The basis of our public health reporting system is the case report. This onerous process requires significant time from both physicians and public health officials, often resulting in only partially completed forms limiting the insights that can be drawn from the data. Additionally, the data collected are aggregated by public health officials before being sent to the state and CDC. The standard for a case report is that the information is comprehensive and perfect, even peer reviewable, which makes them highly useful in retrospect but also full of confidential health information which makes them hard to share. The resulting time lag and arduous reconciliation process is frustrating to both policy makers and the public.
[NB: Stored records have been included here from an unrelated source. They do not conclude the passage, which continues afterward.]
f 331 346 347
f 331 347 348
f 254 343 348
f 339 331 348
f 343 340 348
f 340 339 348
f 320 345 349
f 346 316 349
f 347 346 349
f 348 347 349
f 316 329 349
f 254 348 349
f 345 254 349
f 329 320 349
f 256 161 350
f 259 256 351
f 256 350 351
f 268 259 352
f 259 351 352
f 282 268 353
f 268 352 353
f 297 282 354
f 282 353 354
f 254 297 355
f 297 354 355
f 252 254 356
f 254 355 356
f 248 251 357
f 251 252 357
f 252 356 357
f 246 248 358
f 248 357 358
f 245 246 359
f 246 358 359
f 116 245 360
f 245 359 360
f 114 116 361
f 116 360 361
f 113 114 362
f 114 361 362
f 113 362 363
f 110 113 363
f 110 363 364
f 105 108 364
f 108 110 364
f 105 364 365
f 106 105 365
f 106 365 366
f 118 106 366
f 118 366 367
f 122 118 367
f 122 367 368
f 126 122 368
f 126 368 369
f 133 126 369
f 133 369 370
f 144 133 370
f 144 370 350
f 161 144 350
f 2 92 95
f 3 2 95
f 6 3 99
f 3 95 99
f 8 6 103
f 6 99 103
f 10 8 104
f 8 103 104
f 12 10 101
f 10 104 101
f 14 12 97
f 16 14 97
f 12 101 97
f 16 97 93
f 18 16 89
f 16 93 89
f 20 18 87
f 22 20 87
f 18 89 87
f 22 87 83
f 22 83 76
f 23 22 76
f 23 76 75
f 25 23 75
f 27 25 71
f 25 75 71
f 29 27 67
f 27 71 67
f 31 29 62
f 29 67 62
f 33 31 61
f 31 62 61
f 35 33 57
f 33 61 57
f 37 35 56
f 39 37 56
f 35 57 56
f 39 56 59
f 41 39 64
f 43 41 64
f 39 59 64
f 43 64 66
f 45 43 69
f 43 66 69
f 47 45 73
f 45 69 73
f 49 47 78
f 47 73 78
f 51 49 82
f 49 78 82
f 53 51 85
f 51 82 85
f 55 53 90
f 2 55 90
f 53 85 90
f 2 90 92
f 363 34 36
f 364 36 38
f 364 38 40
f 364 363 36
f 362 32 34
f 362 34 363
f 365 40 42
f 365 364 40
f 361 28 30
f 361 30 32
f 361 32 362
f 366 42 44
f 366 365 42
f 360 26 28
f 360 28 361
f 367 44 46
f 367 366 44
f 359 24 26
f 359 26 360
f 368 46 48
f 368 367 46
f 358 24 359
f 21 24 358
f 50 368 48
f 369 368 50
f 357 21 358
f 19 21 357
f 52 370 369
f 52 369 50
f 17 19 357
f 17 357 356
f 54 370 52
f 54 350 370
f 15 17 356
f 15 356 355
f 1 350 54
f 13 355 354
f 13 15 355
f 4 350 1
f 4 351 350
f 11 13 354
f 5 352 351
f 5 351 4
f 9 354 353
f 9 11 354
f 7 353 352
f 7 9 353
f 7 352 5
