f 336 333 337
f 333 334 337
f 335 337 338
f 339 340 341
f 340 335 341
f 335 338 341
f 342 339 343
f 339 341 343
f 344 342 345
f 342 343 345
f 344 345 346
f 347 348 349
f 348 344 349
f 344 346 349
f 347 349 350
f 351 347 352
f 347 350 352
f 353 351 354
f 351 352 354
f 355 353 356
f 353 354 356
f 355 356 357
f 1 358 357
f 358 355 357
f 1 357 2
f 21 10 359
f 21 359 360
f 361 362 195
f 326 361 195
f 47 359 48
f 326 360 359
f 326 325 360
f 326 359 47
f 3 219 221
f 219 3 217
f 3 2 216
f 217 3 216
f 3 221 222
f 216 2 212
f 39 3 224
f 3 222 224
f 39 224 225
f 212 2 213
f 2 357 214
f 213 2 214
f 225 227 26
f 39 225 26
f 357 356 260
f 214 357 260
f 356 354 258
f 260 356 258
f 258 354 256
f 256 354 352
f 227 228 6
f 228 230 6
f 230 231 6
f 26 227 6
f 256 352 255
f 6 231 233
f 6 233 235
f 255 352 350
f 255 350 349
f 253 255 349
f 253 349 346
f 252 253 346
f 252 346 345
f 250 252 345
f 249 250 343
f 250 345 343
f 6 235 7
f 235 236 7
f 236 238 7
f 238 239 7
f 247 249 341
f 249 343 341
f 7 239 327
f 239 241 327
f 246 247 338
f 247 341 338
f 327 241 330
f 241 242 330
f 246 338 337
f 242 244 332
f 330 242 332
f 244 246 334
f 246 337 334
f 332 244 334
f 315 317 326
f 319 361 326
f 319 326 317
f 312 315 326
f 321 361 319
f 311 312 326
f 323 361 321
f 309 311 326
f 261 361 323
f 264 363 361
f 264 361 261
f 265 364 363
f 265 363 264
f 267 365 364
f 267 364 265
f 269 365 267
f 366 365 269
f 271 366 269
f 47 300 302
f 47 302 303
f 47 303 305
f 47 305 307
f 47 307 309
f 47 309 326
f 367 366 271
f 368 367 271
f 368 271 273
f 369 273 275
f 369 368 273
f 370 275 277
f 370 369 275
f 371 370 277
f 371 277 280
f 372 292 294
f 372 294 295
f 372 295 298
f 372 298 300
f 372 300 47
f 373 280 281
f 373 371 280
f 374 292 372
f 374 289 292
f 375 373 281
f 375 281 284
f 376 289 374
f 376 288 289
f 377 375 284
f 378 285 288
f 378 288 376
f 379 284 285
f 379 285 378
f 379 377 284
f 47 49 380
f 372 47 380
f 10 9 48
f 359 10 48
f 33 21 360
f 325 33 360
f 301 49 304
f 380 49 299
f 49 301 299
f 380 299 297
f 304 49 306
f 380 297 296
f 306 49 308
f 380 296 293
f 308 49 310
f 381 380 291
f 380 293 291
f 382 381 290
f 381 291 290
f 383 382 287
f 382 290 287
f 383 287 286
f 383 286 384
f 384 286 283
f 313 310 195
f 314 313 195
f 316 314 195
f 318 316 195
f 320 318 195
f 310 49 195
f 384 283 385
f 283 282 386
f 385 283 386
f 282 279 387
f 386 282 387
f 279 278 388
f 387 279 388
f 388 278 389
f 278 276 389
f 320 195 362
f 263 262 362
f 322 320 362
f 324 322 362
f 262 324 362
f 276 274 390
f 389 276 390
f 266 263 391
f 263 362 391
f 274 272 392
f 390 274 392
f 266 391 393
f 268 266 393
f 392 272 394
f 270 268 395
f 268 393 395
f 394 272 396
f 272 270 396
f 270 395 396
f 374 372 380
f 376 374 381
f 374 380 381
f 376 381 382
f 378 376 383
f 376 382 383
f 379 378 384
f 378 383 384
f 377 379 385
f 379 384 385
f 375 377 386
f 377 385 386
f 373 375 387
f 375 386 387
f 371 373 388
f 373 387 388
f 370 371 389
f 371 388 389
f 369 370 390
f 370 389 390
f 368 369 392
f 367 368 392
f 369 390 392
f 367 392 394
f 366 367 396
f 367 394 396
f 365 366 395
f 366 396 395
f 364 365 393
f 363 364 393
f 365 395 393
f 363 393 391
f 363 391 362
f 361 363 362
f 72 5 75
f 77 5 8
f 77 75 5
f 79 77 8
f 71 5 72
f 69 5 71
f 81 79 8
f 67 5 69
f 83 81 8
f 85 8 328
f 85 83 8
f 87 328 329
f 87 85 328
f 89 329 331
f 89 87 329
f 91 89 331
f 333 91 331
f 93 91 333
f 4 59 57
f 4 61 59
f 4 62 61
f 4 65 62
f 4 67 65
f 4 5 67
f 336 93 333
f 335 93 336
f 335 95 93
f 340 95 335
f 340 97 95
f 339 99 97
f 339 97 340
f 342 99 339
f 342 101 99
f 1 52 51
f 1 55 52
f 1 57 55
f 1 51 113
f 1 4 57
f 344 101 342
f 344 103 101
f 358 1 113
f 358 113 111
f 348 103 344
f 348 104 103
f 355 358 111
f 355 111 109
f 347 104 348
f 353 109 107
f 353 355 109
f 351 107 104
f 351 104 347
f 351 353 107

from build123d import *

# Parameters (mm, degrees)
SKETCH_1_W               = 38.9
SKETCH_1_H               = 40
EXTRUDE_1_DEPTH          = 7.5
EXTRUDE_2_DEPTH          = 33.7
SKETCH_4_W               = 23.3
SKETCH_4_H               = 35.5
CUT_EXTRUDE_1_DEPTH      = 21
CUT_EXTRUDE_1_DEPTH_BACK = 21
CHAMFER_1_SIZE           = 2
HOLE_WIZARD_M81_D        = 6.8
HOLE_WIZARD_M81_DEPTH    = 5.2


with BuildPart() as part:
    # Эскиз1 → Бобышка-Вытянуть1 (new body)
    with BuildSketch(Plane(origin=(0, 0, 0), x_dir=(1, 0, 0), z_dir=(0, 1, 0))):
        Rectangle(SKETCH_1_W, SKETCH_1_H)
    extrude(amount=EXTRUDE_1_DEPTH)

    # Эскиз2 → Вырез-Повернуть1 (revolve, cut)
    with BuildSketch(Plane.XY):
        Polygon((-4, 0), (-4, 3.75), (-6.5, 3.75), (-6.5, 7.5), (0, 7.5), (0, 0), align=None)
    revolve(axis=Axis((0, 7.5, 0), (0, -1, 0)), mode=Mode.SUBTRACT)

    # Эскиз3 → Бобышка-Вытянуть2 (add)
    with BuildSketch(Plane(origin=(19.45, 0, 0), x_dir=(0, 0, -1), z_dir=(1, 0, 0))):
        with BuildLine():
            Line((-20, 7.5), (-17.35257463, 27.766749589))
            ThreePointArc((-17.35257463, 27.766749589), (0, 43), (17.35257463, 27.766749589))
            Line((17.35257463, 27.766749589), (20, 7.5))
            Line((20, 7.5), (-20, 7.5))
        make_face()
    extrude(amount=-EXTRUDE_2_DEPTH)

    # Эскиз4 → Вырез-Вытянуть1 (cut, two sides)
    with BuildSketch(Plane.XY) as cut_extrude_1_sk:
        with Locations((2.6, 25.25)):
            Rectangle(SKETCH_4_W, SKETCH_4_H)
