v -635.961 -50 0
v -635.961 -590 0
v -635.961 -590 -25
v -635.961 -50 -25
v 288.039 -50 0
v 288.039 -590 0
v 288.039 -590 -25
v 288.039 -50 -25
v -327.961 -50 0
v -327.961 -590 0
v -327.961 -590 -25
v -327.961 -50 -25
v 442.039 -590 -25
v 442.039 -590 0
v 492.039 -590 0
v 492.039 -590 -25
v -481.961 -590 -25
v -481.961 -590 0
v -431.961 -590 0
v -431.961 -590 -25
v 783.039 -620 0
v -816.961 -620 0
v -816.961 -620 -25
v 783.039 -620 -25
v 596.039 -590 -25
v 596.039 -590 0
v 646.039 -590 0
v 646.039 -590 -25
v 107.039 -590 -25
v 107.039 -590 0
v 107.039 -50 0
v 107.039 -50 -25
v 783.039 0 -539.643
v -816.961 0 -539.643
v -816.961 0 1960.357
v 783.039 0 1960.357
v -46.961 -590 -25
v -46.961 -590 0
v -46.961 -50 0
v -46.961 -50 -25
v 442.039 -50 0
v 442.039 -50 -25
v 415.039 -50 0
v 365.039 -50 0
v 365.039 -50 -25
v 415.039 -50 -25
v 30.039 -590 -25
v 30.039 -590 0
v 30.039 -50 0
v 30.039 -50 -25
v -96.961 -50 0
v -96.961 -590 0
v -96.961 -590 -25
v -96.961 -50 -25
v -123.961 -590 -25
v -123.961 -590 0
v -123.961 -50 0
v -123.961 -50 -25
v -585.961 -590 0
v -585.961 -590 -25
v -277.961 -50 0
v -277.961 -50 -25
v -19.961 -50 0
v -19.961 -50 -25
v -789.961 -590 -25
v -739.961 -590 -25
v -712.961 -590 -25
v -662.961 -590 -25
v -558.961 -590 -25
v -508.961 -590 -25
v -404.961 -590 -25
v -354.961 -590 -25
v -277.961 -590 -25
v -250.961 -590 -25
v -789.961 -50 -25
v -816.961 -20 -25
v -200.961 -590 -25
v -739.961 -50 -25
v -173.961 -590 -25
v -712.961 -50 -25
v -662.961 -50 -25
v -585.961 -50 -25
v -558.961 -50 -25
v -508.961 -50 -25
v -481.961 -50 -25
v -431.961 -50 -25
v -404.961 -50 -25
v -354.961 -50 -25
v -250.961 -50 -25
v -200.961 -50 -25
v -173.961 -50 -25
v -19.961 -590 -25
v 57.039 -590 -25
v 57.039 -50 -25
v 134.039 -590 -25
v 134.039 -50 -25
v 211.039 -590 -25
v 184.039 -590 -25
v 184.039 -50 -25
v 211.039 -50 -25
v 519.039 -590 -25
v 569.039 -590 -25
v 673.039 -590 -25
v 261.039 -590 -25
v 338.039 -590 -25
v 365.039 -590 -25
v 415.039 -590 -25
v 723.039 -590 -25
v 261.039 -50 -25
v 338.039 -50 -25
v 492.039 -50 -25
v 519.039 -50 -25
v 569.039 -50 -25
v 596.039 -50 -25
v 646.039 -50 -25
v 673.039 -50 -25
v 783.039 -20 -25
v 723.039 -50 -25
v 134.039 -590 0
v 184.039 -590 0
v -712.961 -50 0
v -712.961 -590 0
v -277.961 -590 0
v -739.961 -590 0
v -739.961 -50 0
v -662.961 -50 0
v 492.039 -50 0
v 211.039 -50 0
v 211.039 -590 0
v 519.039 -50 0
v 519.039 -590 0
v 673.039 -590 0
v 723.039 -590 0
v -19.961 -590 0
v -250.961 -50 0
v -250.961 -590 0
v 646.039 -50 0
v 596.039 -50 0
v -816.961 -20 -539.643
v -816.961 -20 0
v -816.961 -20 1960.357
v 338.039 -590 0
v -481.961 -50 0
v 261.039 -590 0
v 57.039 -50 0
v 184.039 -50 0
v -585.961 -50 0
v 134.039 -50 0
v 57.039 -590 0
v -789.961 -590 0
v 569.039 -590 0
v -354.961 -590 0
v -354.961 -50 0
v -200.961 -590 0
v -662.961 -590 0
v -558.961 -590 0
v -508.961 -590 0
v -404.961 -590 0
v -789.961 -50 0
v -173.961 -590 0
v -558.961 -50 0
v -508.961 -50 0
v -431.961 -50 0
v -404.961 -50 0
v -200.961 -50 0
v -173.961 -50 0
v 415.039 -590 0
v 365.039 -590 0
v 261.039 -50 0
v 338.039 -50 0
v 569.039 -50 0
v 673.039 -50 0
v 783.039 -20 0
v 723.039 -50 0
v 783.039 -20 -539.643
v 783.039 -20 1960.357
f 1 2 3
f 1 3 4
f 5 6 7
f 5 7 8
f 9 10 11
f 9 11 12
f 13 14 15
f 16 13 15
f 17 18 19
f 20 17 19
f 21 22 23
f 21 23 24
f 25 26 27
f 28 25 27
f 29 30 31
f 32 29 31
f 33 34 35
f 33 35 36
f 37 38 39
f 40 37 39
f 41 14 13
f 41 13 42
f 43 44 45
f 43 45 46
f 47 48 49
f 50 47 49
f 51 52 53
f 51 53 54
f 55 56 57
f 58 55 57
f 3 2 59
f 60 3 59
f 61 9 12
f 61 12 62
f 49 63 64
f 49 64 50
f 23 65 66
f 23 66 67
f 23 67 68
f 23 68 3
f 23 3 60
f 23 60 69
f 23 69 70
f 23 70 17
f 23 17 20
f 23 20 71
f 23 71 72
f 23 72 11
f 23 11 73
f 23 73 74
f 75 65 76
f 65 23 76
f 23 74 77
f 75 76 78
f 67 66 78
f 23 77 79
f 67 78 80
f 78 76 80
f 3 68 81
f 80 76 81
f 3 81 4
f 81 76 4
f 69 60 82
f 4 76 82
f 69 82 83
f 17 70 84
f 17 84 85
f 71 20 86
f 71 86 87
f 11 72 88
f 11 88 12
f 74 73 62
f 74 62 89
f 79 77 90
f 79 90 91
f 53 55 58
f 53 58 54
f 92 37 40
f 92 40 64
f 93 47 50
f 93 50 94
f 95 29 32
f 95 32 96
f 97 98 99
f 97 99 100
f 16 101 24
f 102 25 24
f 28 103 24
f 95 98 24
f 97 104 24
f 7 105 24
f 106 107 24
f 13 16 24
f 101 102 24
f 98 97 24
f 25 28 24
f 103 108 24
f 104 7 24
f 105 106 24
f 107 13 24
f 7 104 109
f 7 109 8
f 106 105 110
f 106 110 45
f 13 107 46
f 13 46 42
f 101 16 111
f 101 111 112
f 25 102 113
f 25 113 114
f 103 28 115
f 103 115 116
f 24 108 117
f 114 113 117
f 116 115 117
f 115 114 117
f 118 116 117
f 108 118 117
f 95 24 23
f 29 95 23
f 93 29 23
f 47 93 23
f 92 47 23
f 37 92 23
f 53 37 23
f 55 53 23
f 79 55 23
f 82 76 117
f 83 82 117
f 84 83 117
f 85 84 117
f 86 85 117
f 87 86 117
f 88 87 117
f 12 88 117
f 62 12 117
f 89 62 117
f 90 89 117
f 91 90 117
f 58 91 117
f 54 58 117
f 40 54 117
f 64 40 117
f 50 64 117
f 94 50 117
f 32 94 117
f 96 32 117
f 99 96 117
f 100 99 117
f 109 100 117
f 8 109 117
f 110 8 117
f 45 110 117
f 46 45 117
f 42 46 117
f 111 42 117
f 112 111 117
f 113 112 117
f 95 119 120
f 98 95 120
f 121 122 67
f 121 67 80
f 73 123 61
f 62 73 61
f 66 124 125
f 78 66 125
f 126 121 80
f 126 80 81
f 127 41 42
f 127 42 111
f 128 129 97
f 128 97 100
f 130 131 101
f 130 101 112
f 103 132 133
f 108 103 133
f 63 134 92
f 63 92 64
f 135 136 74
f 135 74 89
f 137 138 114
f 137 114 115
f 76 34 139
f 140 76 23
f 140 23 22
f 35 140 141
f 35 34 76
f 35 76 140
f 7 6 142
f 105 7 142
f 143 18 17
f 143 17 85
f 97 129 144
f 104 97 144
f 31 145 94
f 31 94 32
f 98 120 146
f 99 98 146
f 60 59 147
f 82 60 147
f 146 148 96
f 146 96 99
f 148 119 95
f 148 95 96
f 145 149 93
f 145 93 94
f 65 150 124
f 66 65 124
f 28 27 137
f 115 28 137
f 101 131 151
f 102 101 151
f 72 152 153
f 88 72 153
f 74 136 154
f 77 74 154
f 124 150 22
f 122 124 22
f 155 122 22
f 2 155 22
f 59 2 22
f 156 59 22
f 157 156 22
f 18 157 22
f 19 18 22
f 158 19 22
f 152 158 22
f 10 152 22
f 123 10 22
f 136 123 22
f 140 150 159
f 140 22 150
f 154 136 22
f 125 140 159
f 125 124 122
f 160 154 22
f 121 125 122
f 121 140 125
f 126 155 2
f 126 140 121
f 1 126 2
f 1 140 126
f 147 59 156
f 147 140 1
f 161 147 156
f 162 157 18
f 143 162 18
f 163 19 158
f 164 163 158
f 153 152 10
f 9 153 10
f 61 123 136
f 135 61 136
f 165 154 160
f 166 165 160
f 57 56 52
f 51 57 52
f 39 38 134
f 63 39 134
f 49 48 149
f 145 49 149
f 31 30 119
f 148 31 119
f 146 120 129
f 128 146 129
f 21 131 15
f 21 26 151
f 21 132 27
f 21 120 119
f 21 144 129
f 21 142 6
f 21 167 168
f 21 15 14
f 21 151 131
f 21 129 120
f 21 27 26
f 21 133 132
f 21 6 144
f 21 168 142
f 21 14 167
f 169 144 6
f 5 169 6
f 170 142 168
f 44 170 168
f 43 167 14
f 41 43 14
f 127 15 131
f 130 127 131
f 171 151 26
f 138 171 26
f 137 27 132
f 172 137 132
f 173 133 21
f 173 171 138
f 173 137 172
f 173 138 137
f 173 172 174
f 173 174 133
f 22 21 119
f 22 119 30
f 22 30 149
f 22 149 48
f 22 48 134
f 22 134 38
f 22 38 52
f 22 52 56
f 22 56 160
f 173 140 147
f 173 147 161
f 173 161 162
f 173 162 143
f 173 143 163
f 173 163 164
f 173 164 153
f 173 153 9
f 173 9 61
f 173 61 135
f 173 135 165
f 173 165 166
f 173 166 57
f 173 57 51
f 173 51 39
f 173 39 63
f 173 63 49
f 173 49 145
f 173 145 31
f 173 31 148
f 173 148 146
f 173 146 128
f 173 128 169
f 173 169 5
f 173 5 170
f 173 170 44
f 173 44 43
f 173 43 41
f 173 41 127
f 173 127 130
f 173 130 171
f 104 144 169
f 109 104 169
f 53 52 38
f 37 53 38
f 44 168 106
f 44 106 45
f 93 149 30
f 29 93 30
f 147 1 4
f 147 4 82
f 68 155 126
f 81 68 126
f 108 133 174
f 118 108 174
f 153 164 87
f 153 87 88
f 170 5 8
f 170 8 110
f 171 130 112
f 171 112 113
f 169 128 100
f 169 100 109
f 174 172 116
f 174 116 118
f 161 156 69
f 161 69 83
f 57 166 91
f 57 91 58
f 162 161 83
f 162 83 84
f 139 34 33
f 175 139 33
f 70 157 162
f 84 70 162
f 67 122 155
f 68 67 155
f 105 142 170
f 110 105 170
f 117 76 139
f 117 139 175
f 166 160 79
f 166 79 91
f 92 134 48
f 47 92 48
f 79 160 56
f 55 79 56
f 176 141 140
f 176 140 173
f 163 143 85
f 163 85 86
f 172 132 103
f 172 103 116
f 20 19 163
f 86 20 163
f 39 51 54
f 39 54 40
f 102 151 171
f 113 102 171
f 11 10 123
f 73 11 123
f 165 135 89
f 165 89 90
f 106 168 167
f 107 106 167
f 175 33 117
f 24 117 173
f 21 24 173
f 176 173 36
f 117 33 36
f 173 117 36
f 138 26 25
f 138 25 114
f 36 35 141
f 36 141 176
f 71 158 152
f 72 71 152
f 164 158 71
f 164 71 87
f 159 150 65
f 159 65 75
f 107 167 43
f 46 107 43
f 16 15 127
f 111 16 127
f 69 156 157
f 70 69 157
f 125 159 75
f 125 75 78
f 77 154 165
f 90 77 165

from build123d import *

# Parameters (mm, degrees)
F0_W     = 1600
F0_H     = 2500
F1_DEPTH = 20
F2_W     = 1600
F2_H     = 25
F3_DEPTH = 600
F4_W     = 50
F4_H     = 540
F5_DEPTH = 216


with BuildPart() as f1:
    # F0 (on Front) → F1 (new body)
    with BuildSketch(Plane.XZ):
        with Locations((-16.960647, 710.356686)):
            Rectangle(F0_W, F0_H)
    extrude(amount=F1_DEPTH)

    # F2 (on face) → F3 (join)
    with BuildSketch(Plane.XZ.offset(20)):
        with Locations((-16.960647, -12.5)):
            Rectangle(F2_W, F2_H)
    extrude(amount=F3_DEPTH)

    # F4 (on face) → F5 (cut)
    with BuildSketch(Plane.XY):
        with Locations((-533.960647, -320)):
            Rectangle(F4_W, F4_H)
        with Locations((-610.960647, -320)):
            Rectangle(F4_W, F4_H)
        with Locations((-687.960647, -320)):
            Rectangle(F4_W, F4_H)
        with Locations((-764.960647, -320)):
            Rectangle(F4_W, F4_H)
        with Locations((-456.960647, -320)):
            Rectangle(F4_W, F4_H)
        with Locations((-302.960647, -320)):
            Rectangle(F4_W, F4_H)
        with Locations((-379.960647, -320)):
            Rectangle(F4_W, F4_H)
        with Locations((698.039353, -320)):
            Rectangle(F4_W, F4_H)
        with Locations((621.039353, -320)):
            Rectangle(F4_W, F4_H)
        with Locations((544.039353, -320)):
            Rectangle(F4_W, F4_H)
        with Locations((467.039353, -320)):
            Rectangle(F4_W, F4_H)
        with Locations((390.039353, -320)):
            Rectangle(F4_W, F4_H)
        with Locations((313.039353, -320)):
            Rectangle(F4_W, F4_H)
        with Locations((236.039353, -320)):
            Rectangle(F4_W, F4_H)
        with Locations((159.039353, -320)):
            Rectangle(F4_W, F4_H)
        with Locations((82.039353, -320)):
            Rectangle(F4_W, F4_H)
        with Locations((5.039353, -320)):
            Rectangle(F4_W, F4_H)
        with Locations((-71.960647, -320)):
            Rectangle(F4_W, F4_H)
        with Locations((-148.960647, -320)):
            Rectangle(F4_W, F4_H)
        with Locations((-225.960647, -320)):
            Rectangle(F4_W, F4_H)
    extrude(amount=-F5_DEPTH, mode=Mode.SUBTRACT)


solid = f1.part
And he had a solid recommendation:
Given advances in the data infrastructure and cloud computing we need to invest in a unified data infrastructure to support the reporting of COVID-19 cases from both the increasing venues where testing will be conducted (including at home tests and daily worker tests) and the traditional medical centers. This system will need to have seamless interoperability with the electronic medical systems of the major hospital networks, support the mobile surveillance testers, and interoperable with other states’ systems. Finally, we need an improved model to match data from patients as they move across regions. Afterall, COVID-19 will not adhere to state or political lines.
This pandemic is going to be with us long enough that it is still worthwhile to build the system to get this right. Governments should take notice.